### PROBLEM
Using the data beneath this instruction, retype only the lines from the one that contains "#29=EDGE_LOOP('',(#28));" down to the one that contains "#48=DIRECTION('',(0.,0.,-1.));", both included, exactly as they appear.

### INPUT RECORDS
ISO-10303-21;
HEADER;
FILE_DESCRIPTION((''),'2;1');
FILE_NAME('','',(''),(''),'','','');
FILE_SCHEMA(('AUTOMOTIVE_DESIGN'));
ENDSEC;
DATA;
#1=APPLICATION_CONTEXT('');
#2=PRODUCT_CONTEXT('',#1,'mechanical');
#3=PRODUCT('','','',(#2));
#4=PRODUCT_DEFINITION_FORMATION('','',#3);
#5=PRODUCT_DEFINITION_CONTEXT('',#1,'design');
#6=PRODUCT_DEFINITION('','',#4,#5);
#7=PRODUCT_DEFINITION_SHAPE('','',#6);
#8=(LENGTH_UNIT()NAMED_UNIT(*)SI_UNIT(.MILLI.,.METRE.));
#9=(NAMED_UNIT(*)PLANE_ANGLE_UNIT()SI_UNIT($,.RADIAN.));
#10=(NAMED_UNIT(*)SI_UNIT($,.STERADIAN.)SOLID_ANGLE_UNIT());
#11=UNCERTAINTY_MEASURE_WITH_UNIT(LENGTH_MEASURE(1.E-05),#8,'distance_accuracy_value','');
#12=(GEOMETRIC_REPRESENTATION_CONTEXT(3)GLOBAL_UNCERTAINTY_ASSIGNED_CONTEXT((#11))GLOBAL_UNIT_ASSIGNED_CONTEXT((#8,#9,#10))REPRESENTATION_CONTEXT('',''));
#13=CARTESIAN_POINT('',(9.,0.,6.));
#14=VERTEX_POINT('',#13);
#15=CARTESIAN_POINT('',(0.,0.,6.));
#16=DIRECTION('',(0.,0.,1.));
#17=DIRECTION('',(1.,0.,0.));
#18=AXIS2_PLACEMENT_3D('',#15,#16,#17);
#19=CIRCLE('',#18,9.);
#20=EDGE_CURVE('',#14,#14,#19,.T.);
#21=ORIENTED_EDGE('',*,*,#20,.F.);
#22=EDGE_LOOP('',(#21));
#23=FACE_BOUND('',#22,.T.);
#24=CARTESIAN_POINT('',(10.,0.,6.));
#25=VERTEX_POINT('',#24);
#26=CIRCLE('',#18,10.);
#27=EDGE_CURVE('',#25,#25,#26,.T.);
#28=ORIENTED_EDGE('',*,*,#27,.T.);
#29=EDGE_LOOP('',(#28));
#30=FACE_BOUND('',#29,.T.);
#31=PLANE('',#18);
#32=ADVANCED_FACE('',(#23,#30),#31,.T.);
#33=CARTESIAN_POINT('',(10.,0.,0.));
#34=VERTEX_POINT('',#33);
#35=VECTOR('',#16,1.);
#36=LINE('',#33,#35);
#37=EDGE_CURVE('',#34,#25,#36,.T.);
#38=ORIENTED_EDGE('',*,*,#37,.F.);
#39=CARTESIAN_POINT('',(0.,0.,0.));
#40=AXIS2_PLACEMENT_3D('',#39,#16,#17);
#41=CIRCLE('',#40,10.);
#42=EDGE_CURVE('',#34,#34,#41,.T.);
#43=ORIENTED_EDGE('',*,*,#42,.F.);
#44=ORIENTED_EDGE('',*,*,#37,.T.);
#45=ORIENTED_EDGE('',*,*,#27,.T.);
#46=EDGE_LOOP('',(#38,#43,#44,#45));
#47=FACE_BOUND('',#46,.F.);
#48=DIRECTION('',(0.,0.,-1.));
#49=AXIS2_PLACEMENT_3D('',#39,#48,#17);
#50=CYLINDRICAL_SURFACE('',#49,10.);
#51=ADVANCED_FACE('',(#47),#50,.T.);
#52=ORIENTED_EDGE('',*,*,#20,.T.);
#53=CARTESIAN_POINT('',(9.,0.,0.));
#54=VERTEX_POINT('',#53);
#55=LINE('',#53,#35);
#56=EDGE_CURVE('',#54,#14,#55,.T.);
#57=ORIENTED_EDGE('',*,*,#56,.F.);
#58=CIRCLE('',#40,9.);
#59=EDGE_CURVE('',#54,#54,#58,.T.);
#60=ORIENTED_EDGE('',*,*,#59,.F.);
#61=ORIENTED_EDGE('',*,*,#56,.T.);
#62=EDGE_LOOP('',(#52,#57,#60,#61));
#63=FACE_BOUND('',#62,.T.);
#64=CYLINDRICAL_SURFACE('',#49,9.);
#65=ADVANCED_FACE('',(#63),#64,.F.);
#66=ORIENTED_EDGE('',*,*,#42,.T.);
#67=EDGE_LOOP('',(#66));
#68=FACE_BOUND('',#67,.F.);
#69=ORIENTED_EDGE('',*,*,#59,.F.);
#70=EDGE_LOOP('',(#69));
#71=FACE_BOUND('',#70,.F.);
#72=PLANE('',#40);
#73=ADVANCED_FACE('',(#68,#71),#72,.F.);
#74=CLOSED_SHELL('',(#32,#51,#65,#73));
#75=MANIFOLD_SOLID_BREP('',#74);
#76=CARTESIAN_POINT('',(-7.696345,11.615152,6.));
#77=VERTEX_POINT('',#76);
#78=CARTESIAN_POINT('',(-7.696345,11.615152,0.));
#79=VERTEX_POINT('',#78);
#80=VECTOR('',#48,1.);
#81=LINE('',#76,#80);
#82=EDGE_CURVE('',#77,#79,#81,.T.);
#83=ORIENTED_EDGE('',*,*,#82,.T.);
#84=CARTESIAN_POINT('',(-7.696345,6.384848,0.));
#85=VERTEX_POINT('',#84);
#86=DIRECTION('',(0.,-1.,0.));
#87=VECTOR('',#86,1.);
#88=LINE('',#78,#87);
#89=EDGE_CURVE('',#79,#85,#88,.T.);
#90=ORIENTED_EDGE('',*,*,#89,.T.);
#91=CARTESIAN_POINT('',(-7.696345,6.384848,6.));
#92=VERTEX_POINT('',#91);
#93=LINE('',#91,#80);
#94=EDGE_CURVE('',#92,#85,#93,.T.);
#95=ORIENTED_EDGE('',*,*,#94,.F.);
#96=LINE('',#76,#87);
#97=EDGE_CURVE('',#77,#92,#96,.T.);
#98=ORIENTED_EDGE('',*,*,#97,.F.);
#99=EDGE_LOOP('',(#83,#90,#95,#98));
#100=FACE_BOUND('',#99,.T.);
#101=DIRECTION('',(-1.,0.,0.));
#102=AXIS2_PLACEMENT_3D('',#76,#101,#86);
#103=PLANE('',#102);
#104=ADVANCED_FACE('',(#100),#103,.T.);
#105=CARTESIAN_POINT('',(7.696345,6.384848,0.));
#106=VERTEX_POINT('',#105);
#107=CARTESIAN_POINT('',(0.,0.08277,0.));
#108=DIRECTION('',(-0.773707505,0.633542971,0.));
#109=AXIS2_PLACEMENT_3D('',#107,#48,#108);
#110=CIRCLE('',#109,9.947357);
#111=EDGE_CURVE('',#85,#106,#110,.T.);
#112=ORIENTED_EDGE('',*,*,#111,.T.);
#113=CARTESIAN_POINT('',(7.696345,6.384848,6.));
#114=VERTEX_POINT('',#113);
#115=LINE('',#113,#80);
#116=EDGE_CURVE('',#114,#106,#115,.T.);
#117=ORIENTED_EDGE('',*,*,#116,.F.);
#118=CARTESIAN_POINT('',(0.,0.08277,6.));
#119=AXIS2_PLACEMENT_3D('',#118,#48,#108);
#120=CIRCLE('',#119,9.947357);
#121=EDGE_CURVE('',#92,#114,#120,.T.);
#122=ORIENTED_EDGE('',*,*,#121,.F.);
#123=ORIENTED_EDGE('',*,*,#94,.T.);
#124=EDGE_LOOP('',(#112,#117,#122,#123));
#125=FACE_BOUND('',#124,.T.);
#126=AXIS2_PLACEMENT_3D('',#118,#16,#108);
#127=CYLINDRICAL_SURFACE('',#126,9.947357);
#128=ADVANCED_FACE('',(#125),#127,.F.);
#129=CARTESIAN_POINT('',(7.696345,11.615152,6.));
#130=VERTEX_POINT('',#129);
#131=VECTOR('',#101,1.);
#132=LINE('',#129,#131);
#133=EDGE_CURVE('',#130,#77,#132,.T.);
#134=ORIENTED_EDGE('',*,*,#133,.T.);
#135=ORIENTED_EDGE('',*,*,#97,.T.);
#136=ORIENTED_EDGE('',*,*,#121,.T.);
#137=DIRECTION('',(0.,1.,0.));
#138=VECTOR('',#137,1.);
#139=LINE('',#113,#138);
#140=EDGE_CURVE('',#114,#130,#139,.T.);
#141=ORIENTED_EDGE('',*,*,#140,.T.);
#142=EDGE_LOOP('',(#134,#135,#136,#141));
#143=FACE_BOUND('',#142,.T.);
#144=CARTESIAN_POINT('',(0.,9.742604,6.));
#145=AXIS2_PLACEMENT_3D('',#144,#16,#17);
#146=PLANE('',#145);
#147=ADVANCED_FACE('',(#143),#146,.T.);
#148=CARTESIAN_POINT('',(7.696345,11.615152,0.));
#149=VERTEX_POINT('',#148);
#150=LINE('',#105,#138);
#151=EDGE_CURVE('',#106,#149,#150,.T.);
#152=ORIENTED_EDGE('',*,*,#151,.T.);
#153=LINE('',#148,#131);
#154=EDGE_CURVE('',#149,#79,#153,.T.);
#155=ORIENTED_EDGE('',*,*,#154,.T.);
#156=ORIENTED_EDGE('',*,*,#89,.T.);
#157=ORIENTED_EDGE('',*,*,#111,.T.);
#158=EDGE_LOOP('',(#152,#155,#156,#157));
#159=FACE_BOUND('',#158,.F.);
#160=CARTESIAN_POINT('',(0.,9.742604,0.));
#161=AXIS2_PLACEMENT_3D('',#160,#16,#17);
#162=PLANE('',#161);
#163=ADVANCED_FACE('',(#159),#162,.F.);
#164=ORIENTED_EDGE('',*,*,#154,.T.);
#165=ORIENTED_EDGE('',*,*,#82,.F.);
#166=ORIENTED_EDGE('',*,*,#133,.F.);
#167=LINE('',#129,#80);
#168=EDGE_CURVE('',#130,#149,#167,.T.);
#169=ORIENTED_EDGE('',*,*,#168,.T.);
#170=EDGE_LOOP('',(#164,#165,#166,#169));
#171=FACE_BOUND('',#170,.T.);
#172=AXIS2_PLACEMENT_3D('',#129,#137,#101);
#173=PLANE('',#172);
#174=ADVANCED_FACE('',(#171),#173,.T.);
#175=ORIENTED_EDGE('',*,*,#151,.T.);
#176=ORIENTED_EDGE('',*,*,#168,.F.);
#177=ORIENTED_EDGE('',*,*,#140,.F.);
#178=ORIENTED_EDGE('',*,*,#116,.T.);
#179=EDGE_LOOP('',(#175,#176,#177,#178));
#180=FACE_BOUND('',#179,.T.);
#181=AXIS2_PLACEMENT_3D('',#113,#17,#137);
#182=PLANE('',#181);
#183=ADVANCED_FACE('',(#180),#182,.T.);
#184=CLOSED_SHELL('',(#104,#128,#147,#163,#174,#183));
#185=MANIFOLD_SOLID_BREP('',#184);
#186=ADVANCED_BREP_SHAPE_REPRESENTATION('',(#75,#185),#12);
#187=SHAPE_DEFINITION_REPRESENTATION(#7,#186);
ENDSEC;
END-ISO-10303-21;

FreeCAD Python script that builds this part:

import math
import FreeCAD as App
import Part
import Sketcher
from FreeCAD import Vector
Q = App.Units.Quantity

doc = App.newDocument("Part")
body = doc.addObject("PartDesign::Body", "Body")

sketch1 = body.newObject("Sketcher::SketchObject", "Sketch")
sketch1.AttachmentSupport = (doc.getObject("XY_Plane"), [""])
sketch1.MapMode = "FlatFace"
sketch1.addGeometry(Part.Circle(Vector(0, 0, 0), Vector(0, 0, 1), 10), False)
sketch1.addGeometry(Part.Circle(Vector(0, 0, 0), Vector(0, 0, 1), 9), False)
sketch1.addConstraint(Sketcher.Constraint("Coincident", 0, 3, -1, 1))
sketch1.addConstraint(Sketcher.Constraint("Coincident", 1, 3, -1, 1))
sketch1.addConstraint(Sketcher.Constraint("Diameter", 0, Q("20 mm")))
sketch1.addConstraint(Sketcher.Constraint("Diameter", 1, Q("18 mm")))
pad1 = body.newObject("PartDesign::Pad", "Pad")
pad1.Profile = sketch1
pad1.Length = 6
body2 = doc.addObject("PartDesign::Body", "Body001")

sketch2 = body2.newObject("Sketcher::SketchObject", "Sketch001")
sketch2.AttachmentSupport = (doc.getObject("XY_Plane001"), [""])
sketch2.MapMode = "FlatFace"
sketch2.AttachmentOffset = App.Placement(Vector(0, 0, 6), App.Rotation())
sketch2.addGeometry(Part.LineSegment(Vector(8, 6, 0), Vector(8, 12, 0)), False)
sketch2.addGeometry(Part.LineSegment(Vector(8, 12, 0), Vector(-8, 12, 0)), False)
sketch2.addGeometry(Part.LineSegment(Vector(-8, 12, 0), Vector(-8, 6, 0)), False)
sketch2.addGeometry(Part.ArcOfCircle(Part.Circle(Vector(0, 0, 0), Vector(0, 0, 1), 10), math.radians(39), math.radians(141)), False)
sketch2.addConstraint(Sketcher.Constraint("Coincident", 0, 2, 1, 1))
sketch2.addConstraint(Sketcher.Constraint("Coincident", 1, 2, 2, 1))
sketch2.addConstraint(Sketcher.Constraint("Coincident", 2, 2, 3, 2))
sketch2.addConstraint(Sketcher.Constraint("Coincident", 3, 1, 0, 1))
sketch2.addConstraint(Sketcher.Constraint("Vertical", 0))
sketch2.addConstraint(Sketcher.Constraint("Horizontal", 1))
sketch2.addConstraint(Sketcher.Constraint("Vertical", 2))
sketch2.addConstraint(Sketcher.Constraint("Symmetric", 2, 2, 3, 1, -2))
sketch2.addConstraint(Sketcher.Constraint("Radius", 3, Q("9.947357 mm")))
sketch2.addConstraint(Sketcher.Constraint("DistanceX", 1, 2, 1, 1, Q("15.39269 mm")))
sketch2.addConstraint(Sketcher.Constraint("DistanceY", 0, 1, 0, 2, Q("5.230304 mm")))
sketch2.addConstraint(Sketcher.Constraint("DistanceY", -1, 1, 3, 3, Q("0.08277 mm")))
pad2 = body2.newObject("PartDesign::Pad", "Pad001")
pad2.Profile = sketch2
pad2.Length = 6
pad2.Reversed = True

doc.recompute()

### RESULT FOR THIS EXERCISE
#29=EDGE_LOOP('',(#28));
#30=FACE_BOUND('',#29,.T.);
#31=PLANE('',#18);
#32=ADVANCED_FACE('',(#23,#30),#31,.T.);
#33=CARTESIAN_POINT('',(10.,0.,0.));
#34=VERTEX_POINT('',#33);
#35=VECTOR('',#16,1.);
#36=LINE('',#33,#35);
#37=EDGE_CURVE('',#34,#25,#36,.T.);
#38=ORIENTED_EDGE('',*,*,#37,.F.);
#39=CARTESIAN_POINT('',(0.,0.,0.));
#40=AXIS2_PLACEMENT_3D('',#39,#16,#17);
#41=CIRCLE('',#40,10.);
#42=EDGE_CURVE('',#34,#34,#41,.T.);
#43=ORIENTED_EDGE('',*,*,#42,.F.);
#44=ORIENTED_EDGE('',*,*,#37,.T.);
#45=ORIENTED_EDGE('',*,*,#27,.T.);
#46=EDGE_LOOP('',(#38,#43,#44,#45));
#47=FACE_BOUND('',#46,.F.);
#48=DIRECTION('',(0.,0.,-1.));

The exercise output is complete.